# Sacar a la pizarra



## brucomela

¿Alguien puede decirme cómo se traduce al italiano:"sacar a la pizarra"?
Saludos cordiales


----------



## flljob

¿Qué quiere decir _sacar a la pizarra_?


----------



## Agró

flljob said:


> ¿Qué quiere decir _sacar a la pizarra_?


Hacer salir a un alumno de su pupitre hasta la pizarra/encerado para que resuelva un ejercicio, por ejemplo.

Mi suposición:
Fare uscire qualcuno (fino) alla lavagna?


----------



## flljob

En México se dice pasar a alguien al pizarrón: far passare alla lavagna ¿No es muy literal?


----------



## Agró

He encontrado en internet un único resultado de _far "uscire" alla lavagna_, con el verbo entrecomillado, lo que me hace pensar que no es una expresión bien fijada. Esperemos otras posibilidades.


----------



## Geviert

In italiano si dice semplicemente "andare alla lavagna" oppure - visto dal docente - "chiamare alla lavagna".


----------



## Spiritoso78

> En italiano si dice semplicemente "*andare alla lavagna*" oppure - visto dal docente - "*chiamare alla lavagna*".


 

Esatto, preciso come sempre! Ciao Geviert....una volta (25 anni fa) quando il maestro ti chiamava alla lavagna, mi tremavano sempre le gambe! Non si scherzava allora..mica come adesso!


----------



## Geviert

Spiritoso78 said:


> Esatto, preciso come sempre! Ciao Geviert....una volta (25 anni fa) quando il maestro ti chiamava alla lavagna, mi tremavano sempre le gambe! Non si scherzava allora..mica come adesso!

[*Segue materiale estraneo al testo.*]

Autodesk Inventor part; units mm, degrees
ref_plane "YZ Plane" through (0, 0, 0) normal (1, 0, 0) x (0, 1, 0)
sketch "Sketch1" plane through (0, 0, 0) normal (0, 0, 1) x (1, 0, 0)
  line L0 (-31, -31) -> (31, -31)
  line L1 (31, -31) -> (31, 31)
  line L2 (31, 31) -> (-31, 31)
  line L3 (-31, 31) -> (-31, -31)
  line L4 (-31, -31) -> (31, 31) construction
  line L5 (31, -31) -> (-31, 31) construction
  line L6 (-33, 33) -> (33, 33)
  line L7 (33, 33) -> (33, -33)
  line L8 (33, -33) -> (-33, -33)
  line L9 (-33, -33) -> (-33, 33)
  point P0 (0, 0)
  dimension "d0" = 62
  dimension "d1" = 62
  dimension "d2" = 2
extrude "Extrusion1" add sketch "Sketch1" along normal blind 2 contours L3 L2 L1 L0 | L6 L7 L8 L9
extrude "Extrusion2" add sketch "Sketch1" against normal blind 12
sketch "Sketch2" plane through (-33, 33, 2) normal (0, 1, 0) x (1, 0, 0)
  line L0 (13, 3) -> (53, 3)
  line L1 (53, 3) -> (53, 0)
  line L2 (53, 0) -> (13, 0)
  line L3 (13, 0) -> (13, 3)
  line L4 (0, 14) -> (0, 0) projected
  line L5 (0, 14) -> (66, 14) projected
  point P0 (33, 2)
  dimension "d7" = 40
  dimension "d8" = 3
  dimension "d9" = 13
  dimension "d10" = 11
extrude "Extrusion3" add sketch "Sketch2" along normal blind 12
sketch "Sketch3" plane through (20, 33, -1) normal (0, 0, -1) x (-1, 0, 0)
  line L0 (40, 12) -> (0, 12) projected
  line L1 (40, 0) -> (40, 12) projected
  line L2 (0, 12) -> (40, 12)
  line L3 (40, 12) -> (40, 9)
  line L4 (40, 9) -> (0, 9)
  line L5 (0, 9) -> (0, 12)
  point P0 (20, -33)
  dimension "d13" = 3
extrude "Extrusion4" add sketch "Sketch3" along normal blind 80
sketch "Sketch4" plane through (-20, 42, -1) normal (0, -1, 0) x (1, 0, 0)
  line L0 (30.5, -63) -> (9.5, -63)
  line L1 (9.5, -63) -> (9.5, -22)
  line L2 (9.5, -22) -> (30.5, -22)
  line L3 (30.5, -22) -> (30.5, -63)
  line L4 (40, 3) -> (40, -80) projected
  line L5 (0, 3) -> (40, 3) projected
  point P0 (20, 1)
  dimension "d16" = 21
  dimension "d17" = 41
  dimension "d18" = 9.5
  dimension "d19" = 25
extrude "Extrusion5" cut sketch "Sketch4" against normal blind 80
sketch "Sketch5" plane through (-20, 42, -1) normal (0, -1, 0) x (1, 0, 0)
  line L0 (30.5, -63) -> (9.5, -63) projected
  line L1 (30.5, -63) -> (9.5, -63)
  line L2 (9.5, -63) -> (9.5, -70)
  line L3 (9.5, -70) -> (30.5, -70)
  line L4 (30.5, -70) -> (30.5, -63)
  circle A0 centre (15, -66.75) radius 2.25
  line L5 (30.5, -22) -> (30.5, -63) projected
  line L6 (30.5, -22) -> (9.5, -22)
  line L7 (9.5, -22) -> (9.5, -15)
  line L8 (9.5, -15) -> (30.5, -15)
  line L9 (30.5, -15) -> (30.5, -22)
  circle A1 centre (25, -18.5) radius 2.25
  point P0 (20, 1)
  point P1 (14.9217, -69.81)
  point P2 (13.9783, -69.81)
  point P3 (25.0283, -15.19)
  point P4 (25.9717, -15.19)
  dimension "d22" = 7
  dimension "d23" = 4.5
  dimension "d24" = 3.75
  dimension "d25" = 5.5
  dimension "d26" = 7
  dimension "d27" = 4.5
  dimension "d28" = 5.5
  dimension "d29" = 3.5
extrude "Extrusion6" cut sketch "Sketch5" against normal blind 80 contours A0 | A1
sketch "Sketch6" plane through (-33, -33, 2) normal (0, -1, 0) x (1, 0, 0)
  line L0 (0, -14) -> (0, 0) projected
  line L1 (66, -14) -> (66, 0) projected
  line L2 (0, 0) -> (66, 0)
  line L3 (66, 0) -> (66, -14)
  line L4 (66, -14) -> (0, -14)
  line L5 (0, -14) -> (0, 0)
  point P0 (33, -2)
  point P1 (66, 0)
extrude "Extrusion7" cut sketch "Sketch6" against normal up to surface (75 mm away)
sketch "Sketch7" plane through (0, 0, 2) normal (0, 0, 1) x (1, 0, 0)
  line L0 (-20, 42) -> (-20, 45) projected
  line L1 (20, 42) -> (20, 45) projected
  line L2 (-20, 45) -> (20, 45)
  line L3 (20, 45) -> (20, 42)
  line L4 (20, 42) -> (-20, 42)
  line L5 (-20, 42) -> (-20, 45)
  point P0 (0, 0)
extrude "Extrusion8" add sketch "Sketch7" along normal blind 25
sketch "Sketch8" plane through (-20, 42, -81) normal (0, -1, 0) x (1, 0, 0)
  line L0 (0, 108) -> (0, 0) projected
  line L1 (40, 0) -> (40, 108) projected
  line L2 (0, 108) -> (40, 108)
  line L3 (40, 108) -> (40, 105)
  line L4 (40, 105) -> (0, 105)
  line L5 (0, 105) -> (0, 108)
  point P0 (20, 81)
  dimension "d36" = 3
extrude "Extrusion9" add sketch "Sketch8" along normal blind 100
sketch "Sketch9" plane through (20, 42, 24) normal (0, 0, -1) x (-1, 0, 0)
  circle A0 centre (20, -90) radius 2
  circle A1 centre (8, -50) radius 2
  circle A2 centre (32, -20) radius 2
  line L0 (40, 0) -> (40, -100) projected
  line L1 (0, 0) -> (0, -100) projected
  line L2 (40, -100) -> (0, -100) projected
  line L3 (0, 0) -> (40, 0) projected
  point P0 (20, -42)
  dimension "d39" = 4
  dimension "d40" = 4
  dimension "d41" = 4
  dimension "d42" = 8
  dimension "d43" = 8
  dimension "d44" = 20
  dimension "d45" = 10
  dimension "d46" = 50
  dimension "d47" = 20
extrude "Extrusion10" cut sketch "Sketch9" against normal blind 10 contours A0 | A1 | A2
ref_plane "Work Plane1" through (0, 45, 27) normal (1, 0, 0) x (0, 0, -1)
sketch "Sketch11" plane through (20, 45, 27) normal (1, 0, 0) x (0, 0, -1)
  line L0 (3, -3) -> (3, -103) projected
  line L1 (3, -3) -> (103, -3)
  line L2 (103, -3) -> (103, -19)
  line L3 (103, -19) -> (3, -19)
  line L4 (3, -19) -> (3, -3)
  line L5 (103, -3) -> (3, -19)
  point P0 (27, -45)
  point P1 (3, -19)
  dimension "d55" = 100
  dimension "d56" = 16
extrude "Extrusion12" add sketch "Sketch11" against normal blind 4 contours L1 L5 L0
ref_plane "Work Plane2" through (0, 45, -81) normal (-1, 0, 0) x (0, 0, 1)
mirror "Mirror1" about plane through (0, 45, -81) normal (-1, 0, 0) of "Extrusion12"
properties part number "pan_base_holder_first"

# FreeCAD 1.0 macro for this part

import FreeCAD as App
import Part
import Sketcher
from FreeCAD import Vector


def add_polygon(sketch, points):
    """Adds a closed chain of lines whose ends are joined by coincident constraints."""
    first, n = sketch.GeometryCount, len(points)
    for a, b in zip(points, points[1:] + points[:1]):
        sketch.addGeometry(Part.LineSegment(App.Vector(*a, 0), App.Vector(*b, 0)), False)
    for i in range(n):
        sketch.addConstraint(Sketcher.Constraint("Coincident", first + i, 2, first + (i + 1) % n, 1))

doc = App.newDocument("Part")
params = doc.addObject("Spreadsheet::Sheet", "Params")
for row, (alias, value) in enumerate([
    ("sketch1_width", "66 mm"),
    ("pad1_length", "2 mm"),
    ("sketch2_width", "62 mm"),
    ("pad2_length", "12 mm"),
    ("sketch3_width", "40 mm"),
    ("sketch3_height", "3 mm"),
    ("pad3_length", "12 mm"),
    ("sketch4_height", "3 mm"),
    ("sketch4_width", "40 mm"),
    ("pad4_length", "80 mm"),
    ("sketch5_width", "21 mm"),
    ("sketch5_height", "41 mm"),
    ("pocket1_length", "80 mm"),
    ("sketch6_diameter", "4.5 mm"),
    ("pocket2_length", "80 mm"),
    ("sketch7_width", "66 mm"),
    ("sketch7_height", "14 mm"),
    ("pocket3_length", "75 mm"),
    ("sketch8_width", "40 mm"),
    ("sketch8_height", "3 mm"),
    ("pad5_length", "25 mm"),
    ("sketch9_height", "3 mm"),
    ("sketch9_width", "40 mm"),
    ("pad6_length", "100 mm"),
    ("sketch10_diameter", "4 mm"),
    ("pocket4_length", "10 mm"),
    ("sketch11_width", "16 mm"),
    ("sketch11_height", "100 mm"),
    ("pad7_length", "4 mm"),
], start=1):
    params.set(f"A{row}", alias)
    params.set(f"B{row}", "=" + value)
    params.setAlias(f"B{row}", alias)

body = doc.addObject("PartDesign::Body", "Body")

sketch1 = body.newObject("Sketcher::SketchObject", "Sketch")
sketch1.AttachmentSupport = (doc.getObject("XY_Plane"), [""])
sketch1.MapMode = "FlatFace"
add_polygon(sketch1, [(33, 33), (-33, 33), (-33, -33), (33, -33)])
sketch1.addConstraint(Sketcher.Constraint("Horizontal", 0))
sketch1.addConstraint(Sketcher.Constraint("Vertical", 1))
sketch1.addConstraint(Sketcher.Constraint("Horizontal", 2))
sketch1.addConstraint(Sketcher.Constraint("Vertical", 3))
sketch1.addConstraint(Sketcher.Constraint("Symmetric", 0, 2, 2, 2, -1, 1))
sketch1.addConstraint(Sketcher.Constraint("Equal", 2, 1))
sketch1.addConstraint(Sketcher.Constraint("DistanceX", 0, 2, 0, 1, 66.0))
sketch1.setExpression("Constraints[10]", "Params.sketch1_width")
pad1 = body.newObject("PartDesign::Pad", "Pad")
pad1.Profile = sketch1
pad1.setExpression("Length", "Params.pad1_length")

sketch2 = body.newObject("Sketcher::SketchObject", "Sketch001")
sketch2.AttachmentSupport = (doc.getObject("XY_Plane"), [""])
sketch2.MapMode = "FlatFace"
add_polygon(sketch2, [(33, 33), (-33, 33), (-33, -33), (33, -33)])
add_polygon(sketch2, [(31, -31), (-31, -31), (-31, 31), (31, 31)])
sketch2.addConstraint(Sketcher.Constraint("Horizontal", 0))
sketch2.addConstraint(Sketcher.Constraint("Vertical", 1))
sketch2.addConstraint(Sketcher.Constraint("Horizontal", 2))
sketch2.addConstraint(Sketcher.Constraint("Vertical", 3))
sketch2.addConstraint(Sketcher.Constraint("Horizontal", 4))
sketch2.addConstraint(Sketcher.Constraint("Vertical", 5))
sketch2.addConstraint(Sketcher.Constraint("Horizontal", 6))
sketch2.addConstraint(Sketcher.Constraint("Vertical", 7))
sketch2.addConstraint(Sketcher.Constraint("Symmetric", 0, 2, 2, 2, -1, 1))
sketch2.addConstraint(Sketcher.Constraint("Symmetric", 4, 2, 6, 2, -1, 1))
sketch2.addConstraint(Sketcher.Constraint("Equal", 2, 1))
sketch2.addConstraint(Sketcher.Constraint("Equal", 6, 5))
sketch2.addConstraint(Sketcher.Constraint("DistanceX", 4, 2, 4, 1, 62.0))
sketch2.addConstraint(Sketcher.Constraint("DistanceX", 1, 2, 4, 2, 2.0))
sketch2.setExpression("Constraints[20]", "Params.sketch2_width")
pad2 = body.newObject("PartDesign::Pad", "Pad001")
pad2.Profile = sketch2
pad2.setExpression("Length", "Params.pad2_length")
pad2.Reversed = True

sketch3 = body.newObject("Sketcher::SketchObject", "Sketch002")
sketch3.AttachmentSupport = (doc.getObject("XZ_Plane"), [""])
sketch3.MapMode = "FlatFace"
sketch3.AttachmentOffset = App.Placement(Vector(0, 0, -33), App.Rotation())
add_polygon(sketch3, [(20, -1), (-20, -1), (-20, 2), (20, 2)])
sketch3.addConstraint(Sketcher.Constraint("Horizontal", 0))
sketch3.addConstraint(Sketcher.Constraint("Vertical", 1))
sketch3.addConstraint(Sketcher.Constraint("Horizontal", 2))
sketch3.addConstraint(Sketcher.Constraint("Vertical", 3))
sketch3.addConstraint(Sketcher.Constraint("DistanceX", 0, 2, 0, 1, 40.0))
sketch3.addConstraint(Sketcher.Constraint("DistanceY", 1, 1, 1, 2, 3.0))
sketch3.addConstraint(Sketcher.Constraint("DistanceX", 0, 2, -1, 1, 20.0))
sketch3.addConstraint(Sketcher.Constraint("DistanceY", 0, 2, -1, 1, 1.0))
sketch3.setExpression("Constraints[8]", "Params.sketch3_width")
sketch3.setExpression("Constraints[9]", "Params.sketch3_height")
pad3 = body.newObject("PartDesign::Pad", "Pad002")
pad3.Profile = sketch3
pad3.setExpression("Length", "Params.pad3_length")
pad3.Reversed = True

sketch4 = body.newObject("Sketcher::SketchObject", "Sketch003")
sketch4.AttachmentSupport = (doc.getObject("XY_Plane"), [""])
sketch4.MapMode = "FlatFace"
sketch4.AttachmentOffset = App.Placement(Vector(0, 0, -1), App.Rotation())
add_polygon(sketch4, [(-20, 42), (-20, 45), (20, 45), (20, 42)])
sketch4.addConstraint(Sketcher.Constraint("Vertical", 0))
sketch4.addConstraint(Sketcher.Constraint("Horizontal", 1))
sketch4.addConstraint(Sketcher.Constraint("Vertical", 2))
sketch4.addConstraint(Sketcher.Constraint("Horizontal", 3))
sketch4.addConstraint(Sketcher.Constraint("DistanceY", 0, 1, 0, 2, 3.0))
sketch4.addConstraint(Sketcher.Constraint("DistanceX", 1, 1, 1, 2, 40.0))
sketch4.addConstraint(Sketcher.Constraint("DistanceX", 0, 2, -1, 1, 20.0))
sketch4.addConstraint(Sketcher.Constraint("DistanceY", -1, 1, 0, 2, 45.0))
sketch4.setExpression("Constraints[8]", "Params.sketch4_height")
sketch4.setExpression("Constraints[9]", "Params.sketch4_width")
pad4 = body.newObject("PartDesign::Pad", "Pad003")
pad4.Profile = sketch4
pad4.setExpression("Length", "Params.pad4_length")
pad4.Reversed = True

sketch5 = body.newObject("Sketcher::SketchObject", "Sketch004")
sketch5.AttachmentSupport = (doc.getObject("XZ_Plane"), [""])
sketch5.MapMode = "FlatFace"
sketch5.AttachmentOffset = App.Placement(Vector(0, 0, -42), App.Rotation())
add_polygon(sketch5, [(-10.5, -64), (10.5, -64), (10.5, -23), (-10.5, -23)])
sketch5.addConstraint(Sketcher.Constraint("Horizontal", 0))
sketch5.addConstraint(Sketcher.Constraint("Vertical", 1))
sketch5.addConstraint(Sketcher.Constraint("Horizontal", 2))
sketch5.addConstraint(Sketcher.Constraint("Vertical", 3))
sketch5.addConstraint(Sketcher.Constraint("DistanceX", 0, 1, 0, 2, 21.0))
sketch5.addConstraint(Sketcher.Constraint("DistanceY", 1, 1, 1, 2, 41.0))
sketch5.addConstraint(Sketcher.Constraint("DistanceY", 0, 2, -1, 1, 64.0))
sketch5.addConstraint(Sketcher.Constraint("DistanceX", -1, 1, 0, 2, 10.5))
sketch5.setExpression("Constraints[8]", "Params.sketch5_width")
sketch5.setExpression("Constraints[9]", "Params.sketch5_height")
pocket1 = body.newObject("PartDesign::Pocket", "Pocket")
pocket1.Profile = sketch5
pocket1.setExpression("Length", "Params.pocket1_length")

sketch6 = body.newObject("Sketcher::SketchObject", "Sketch005")
sketch6.AttachmentSupport = (doc.getObject("XZ_Plane"), [""])
sketch6.MapMode = "FlatFace"
sketch6.AttachmentOffset = App.Placement(Vector(0, 0, -42), App.Rotation())
sketch6.addGeometry(Part.Circle(Vector(-5, -67.75, 0), Vector(0, 0, 1), 2.25), False)
sketch6.addGeometry(Part.Circle(Vector(5, -19.5, 0), Vector(0, 0, 1), 2.25), False)
sketch6.addConstraint(Sketcher.Constraint("Equal", 0, 1))
sketch6.addConstraint(Sketcher.Constraint("Diameter", 0, 4.5))
sketch6.addConstraint(Sketcher.Constraint("DistanceX", 0, 3, -1, 1, 5.0))
sketch6.addConstraint(Sketcher.Constraint("DistanceX", -1, 1, 1, 3, 5.0))
sketch6.addConstraint(Sketcher.Constraint("DistanceY", 1, 3, -1, 1, 19.5))
sketch6.addConstraint(Sketcher.Constraint("DistanceY", 0, 3, -1, 1, 67.75))
sketch6.setExpression("Constraints[1]", "Params.sketch6_diameter")
pocket2 = body.newObject("PartDesign::Pocket", "Pocket001")
pocket2.Profile = sketch6
pocket2.setExpression("Length", "Params.pocket2_length")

Ciao e grazie Spiritoso!  

sull'esattezza, ci provo. Senza le vostre conferme non si è mai sicuro.


----------



## Elxenc

Ciao!

Io ho sentito  "chiamare alla palestra" oppure  "uscire alla palestra"indistintamente se lo studente era chiamato  per parlare o per scrivera sulla lavagna. Il tempo era quando nelle aule c'era una piattaforma (tarima) che soprelevava all'insegnante e lo studente.


----------



## Spiritoso78

Salute,

putroppo non l'ho mai sentita quest'espressione,anche perchè la palestra, visto che parliamo di argomenti scolastici, è il luogo in cui si fa ginnastica o educazione fisica. Quanto alla piattaforma, solitamente viene chiamata pedana, ed appunto era di legno....anch'io me la ricordo alle elementari.


----------



## Geviert

Direi che neanch'io l'ho sentita con questo etimo, oltre a essere molto ambiguo, per non dire sbagliato. ma in dubio pro reo... dove hai sentito di preciso quell'espressione? Nell'italiano standard palestra è il locale o insieme di locali destinato allo svolgimento di esercizî atletici o ginnici, fornito degli attrezzi necessarî, di spogliatoi, di impianti igienici e docce: p. privata; p. pubblica; p. scolastica, facente parte integrante di una scuola; prepararsi, allenarsi in p.; andare in palestra (Treccani).


----------



## brucomela

Muchas gracias a todos. Está bien "chiamare alla lavagna". Lo agradezco muchísimo


----------



## Elxenc

Ciao!

*NIHIL NOVUM SUB SOLE

**Dizzionario italiano/spagnolo- español/italiano; Laura Tam; Ulrico Editore S.p.A. ISBN 88-203-2400-8
*
*español *pag. 729:  Pizarra 1 _min_ ardesia *·* _techo de pizarra_: tetto in ardesia.
                        2 lavagna *·* _*salir a la pizarra*_: *uscire alla lavagna*

Credo che *uscire *e *chiamare* potrebbero essere intercambiabili in questo contesto


----------



## Geviert

Mah e mille volte mah, mio caro Elxenc: Detto tra di noi, inter nos, pur se uscire alla lavagna non mi sembra impossibile, io non mi fiderei mai del dizionario di questa signorina Laura Tam (ci sono molte imprecisioni in quel dizionario, secondo me). Detto con le parole del sacro vate d'Annunzio: i dizionari monolingua _a noi! _


----------



## Elxenc

Distinto Geviert,

lo so, che non esiste la persona perfetta, ma... questo dizionario, il Hoepli, e' il più raccomandato nelle scuole di lingue nella Spagna. Quasi il "_rapresentante_" della CRVSCA.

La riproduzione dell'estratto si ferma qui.